Pearl: ごくまれにぶどう膜炎の報告がある

comment: "Very rare reports of uveitis have been described, and it seems likely that the mechanism is similar to the acute phase response.”

  • メカニズムは急性期反応に類似していると思われる。

  • ゾレドロネートを投与された被験者 1,001 人中 8 人 (0.8%) は、治療後 7 日以内に軽度から重度の AAU を示した。(Ophthalmology 120:773– 776, 2013.)

  • 両側前部ぶどう膜炎の報告が多く、ほぼ静注投与で起きています。


Pearl: ビスフォスフォネートを妊娠中に投与すると、母体の低カルシウム血症と難産を引き起こし、母体の死亡とそれに続く胎児の死亡に関連することが示された。

comment: “Non-clinical reproductive toxicology studies demonstrated that high doses of bisphosphonates throughout pregnancy cause maternal hypocalcemia and dystocia associated with maternal death and subsequent fetal death. Except for zoledronic acid, which may cause CNS, visceral, and external malformations, other bisphosphonates are not recognized as teratogenic.”  

  • 母体の低カルシウム血症は、胎児骨格の骨化遅延と関連している可能性がある。ただ中枢神経系、内臓、および外形の奇形を引き起こす可能性のあるゾレドロン酸を除き、他のビスフォスフォネート系薬剤には催奇形性は認められていない。


Pearl: ビスフォスフォネート静注療法を3年間、経口療法を5年間行った後、将来の骨折リスクが低い患者では、最長1~3年間、治療を中断することを考慮すべきである

comment: “A task force of the American Society of Bone and Mineral Research has suggested that after 3 years of IV bisphosphonates99 and 5 years of oral therapy, a break in therapy should be considered among patients at lower future fracture risk for up to 1 to 3 years.”
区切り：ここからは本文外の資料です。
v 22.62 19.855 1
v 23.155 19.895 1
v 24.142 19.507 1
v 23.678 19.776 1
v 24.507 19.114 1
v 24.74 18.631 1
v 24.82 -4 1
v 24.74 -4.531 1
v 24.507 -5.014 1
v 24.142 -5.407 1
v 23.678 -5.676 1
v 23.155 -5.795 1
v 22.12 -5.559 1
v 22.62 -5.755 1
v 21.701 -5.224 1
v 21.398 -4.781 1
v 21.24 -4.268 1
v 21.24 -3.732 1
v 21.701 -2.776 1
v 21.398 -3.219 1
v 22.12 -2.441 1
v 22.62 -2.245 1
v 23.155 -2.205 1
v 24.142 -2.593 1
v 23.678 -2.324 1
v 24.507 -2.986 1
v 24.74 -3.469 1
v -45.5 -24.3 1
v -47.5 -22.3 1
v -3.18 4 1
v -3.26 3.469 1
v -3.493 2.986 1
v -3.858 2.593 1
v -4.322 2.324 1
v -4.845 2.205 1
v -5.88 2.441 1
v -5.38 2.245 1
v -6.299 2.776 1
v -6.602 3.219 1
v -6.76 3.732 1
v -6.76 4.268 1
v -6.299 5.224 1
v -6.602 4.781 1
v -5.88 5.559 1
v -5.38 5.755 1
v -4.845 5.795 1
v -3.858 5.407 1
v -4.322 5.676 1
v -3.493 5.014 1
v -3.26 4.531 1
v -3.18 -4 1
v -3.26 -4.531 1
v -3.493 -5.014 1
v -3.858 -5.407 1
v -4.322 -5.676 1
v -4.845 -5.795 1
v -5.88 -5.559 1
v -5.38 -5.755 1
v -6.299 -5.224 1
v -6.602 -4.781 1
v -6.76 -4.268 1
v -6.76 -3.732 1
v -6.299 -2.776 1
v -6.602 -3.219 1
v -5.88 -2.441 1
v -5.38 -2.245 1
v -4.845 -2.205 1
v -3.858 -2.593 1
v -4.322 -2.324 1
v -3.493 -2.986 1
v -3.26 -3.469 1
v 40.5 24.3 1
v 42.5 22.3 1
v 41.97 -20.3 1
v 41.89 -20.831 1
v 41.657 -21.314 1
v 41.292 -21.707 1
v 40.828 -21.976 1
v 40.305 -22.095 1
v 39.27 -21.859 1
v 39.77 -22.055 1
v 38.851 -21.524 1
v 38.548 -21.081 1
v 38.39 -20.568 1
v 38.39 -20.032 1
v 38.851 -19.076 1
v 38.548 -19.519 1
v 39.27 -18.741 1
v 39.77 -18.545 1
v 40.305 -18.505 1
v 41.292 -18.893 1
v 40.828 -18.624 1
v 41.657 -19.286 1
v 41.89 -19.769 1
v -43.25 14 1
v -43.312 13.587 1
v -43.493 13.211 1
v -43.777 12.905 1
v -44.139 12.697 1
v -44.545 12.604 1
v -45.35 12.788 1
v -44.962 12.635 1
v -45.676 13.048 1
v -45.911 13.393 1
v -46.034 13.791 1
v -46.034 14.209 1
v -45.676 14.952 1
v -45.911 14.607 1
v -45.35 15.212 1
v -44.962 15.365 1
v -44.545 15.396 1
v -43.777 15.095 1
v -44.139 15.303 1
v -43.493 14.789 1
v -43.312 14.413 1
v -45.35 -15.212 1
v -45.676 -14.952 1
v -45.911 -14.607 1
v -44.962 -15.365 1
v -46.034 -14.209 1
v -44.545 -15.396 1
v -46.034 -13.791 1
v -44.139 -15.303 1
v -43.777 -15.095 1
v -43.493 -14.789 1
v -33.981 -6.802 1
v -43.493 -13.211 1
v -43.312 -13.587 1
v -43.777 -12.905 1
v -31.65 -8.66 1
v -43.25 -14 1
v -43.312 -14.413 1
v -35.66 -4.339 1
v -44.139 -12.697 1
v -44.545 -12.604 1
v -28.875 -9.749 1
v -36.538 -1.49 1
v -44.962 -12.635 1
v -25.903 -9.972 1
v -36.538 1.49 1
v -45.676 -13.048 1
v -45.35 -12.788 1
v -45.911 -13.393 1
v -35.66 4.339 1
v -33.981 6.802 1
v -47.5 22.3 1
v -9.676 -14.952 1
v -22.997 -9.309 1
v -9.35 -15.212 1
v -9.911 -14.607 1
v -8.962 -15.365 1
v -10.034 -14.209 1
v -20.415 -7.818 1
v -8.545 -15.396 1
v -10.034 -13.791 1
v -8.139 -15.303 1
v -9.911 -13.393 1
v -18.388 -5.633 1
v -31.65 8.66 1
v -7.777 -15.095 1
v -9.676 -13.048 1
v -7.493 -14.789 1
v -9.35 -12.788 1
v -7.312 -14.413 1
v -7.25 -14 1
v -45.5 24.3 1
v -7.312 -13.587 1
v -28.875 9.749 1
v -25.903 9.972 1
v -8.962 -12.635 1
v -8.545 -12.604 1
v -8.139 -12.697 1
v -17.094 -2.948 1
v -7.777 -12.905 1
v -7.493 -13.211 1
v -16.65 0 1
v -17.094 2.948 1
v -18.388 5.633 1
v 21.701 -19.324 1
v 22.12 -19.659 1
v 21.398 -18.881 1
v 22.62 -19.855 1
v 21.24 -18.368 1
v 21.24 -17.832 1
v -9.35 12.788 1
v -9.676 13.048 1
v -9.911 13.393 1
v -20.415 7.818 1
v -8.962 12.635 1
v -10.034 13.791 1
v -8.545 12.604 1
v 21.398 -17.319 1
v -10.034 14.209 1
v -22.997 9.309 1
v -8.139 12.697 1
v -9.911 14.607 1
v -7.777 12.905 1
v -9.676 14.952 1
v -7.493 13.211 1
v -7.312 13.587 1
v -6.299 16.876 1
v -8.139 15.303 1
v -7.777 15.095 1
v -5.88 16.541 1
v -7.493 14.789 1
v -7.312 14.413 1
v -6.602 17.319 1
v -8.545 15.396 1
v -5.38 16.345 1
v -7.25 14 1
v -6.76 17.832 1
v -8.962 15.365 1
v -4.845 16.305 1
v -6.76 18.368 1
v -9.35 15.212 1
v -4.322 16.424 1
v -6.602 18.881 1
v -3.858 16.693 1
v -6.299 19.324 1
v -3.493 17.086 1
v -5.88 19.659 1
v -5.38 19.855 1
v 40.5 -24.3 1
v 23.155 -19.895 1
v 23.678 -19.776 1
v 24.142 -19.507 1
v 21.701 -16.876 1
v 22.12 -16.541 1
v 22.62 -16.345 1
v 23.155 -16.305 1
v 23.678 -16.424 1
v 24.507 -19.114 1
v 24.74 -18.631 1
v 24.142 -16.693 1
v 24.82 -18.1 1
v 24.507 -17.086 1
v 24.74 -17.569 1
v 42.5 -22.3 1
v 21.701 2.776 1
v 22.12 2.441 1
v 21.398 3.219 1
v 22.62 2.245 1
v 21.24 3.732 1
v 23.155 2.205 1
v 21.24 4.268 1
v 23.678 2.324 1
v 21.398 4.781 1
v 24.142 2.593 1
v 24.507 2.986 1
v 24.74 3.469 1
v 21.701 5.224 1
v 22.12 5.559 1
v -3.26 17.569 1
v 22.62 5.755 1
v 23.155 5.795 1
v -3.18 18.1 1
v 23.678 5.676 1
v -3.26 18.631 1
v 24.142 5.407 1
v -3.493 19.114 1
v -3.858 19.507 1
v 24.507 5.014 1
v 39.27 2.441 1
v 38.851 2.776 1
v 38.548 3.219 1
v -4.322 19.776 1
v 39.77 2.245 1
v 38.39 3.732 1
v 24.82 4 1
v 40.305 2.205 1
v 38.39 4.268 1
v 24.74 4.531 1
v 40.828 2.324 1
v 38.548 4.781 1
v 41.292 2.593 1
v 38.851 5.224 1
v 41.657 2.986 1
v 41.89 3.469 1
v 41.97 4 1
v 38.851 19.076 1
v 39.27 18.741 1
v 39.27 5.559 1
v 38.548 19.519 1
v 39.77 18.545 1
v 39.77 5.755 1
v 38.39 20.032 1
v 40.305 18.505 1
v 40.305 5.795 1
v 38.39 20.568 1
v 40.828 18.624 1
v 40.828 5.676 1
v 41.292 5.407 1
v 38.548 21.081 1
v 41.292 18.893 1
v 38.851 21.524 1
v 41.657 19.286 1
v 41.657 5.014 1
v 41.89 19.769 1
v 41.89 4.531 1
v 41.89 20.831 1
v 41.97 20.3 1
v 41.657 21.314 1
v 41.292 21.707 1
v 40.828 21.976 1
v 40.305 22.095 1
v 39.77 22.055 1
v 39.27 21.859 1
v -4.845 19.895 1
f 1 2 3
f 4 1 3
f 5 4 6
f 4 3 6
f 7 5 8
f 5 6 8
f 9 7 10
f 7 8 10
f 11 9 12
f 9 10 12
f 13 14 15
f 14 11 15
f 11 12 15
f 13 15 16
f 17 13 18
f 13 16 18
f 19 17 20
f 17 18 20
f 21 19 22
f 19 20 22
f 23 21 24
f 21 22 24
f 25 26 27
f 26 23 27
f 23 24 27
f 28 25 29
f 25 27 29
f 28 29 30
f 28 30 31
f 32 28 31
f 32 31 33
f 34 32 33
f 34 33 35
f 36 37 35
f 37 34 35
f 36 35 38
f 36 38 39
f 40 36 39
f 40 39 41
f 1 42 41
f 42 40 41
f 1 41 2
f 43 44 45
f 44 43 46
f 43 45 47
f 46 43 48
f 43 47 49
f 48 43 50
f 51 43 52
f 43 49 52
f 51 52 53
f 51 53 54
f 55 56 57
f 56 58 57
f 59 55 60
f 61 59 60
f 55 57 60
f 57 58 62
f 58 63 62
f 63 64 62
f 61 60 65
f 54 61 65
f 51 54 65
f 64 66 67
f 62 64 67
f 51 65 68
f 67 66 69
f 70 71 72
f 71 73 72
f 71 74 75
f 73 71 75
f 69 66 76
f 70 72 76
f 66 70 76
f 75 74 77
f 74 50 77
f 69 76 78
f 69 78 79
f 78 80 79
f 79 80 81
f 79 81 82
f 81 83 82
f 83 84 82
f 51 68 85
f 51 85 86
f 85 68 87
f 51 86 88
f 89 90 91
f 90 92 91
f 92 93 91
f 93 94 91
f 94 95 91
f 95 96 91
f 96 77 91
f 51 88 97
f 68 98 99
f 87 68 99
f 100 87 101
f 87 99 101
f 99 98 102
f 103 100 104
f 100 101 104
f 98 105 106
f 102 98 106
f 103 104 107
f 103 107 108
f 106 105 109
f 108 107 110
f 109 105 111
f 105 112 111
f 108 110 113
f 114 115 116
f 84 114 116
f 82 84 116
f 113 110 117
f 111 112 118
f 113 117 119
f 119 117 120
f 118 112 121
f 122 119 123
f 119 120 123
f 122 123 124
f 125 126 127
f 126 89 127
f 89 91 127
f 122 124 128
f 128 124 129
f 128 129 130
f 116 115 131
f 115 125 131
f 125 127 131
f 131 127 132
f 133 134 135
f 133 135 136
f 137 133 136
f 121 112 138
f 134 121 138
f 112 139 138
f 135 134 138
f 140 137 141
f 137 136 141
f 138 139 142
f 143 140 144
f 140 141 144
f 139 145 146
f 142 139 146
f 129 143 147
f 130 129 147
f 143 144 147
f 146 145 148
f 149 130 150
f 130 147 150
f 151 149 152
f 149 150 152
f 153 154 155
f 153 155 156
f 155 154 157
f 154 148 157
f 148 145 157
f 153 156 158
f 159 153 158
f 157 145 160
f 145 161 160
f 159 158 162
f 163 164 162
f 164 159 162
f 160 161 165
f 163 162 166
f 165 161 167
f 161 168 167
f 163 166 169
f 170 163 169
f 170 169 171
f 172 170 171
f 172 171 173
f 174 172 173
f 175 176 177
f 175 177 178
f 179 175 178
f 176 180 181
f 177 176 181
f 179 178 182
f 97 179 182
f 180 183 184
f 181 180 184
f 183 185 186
  • 米国骨代謝学会のタスクフォース( 図70.3)は、上記の休薬を提案している(Journal of Bone and Mineral Research 31:16–35, 2016.)。 

  • 一方、閉経前後の骨量減少を10%予防し、股関節または脊椎の骨折リスクを50%低下させるためには、10年間の治療が必要である(J Bone Miner Res 18:1947–1954, 2003.)という報告もある。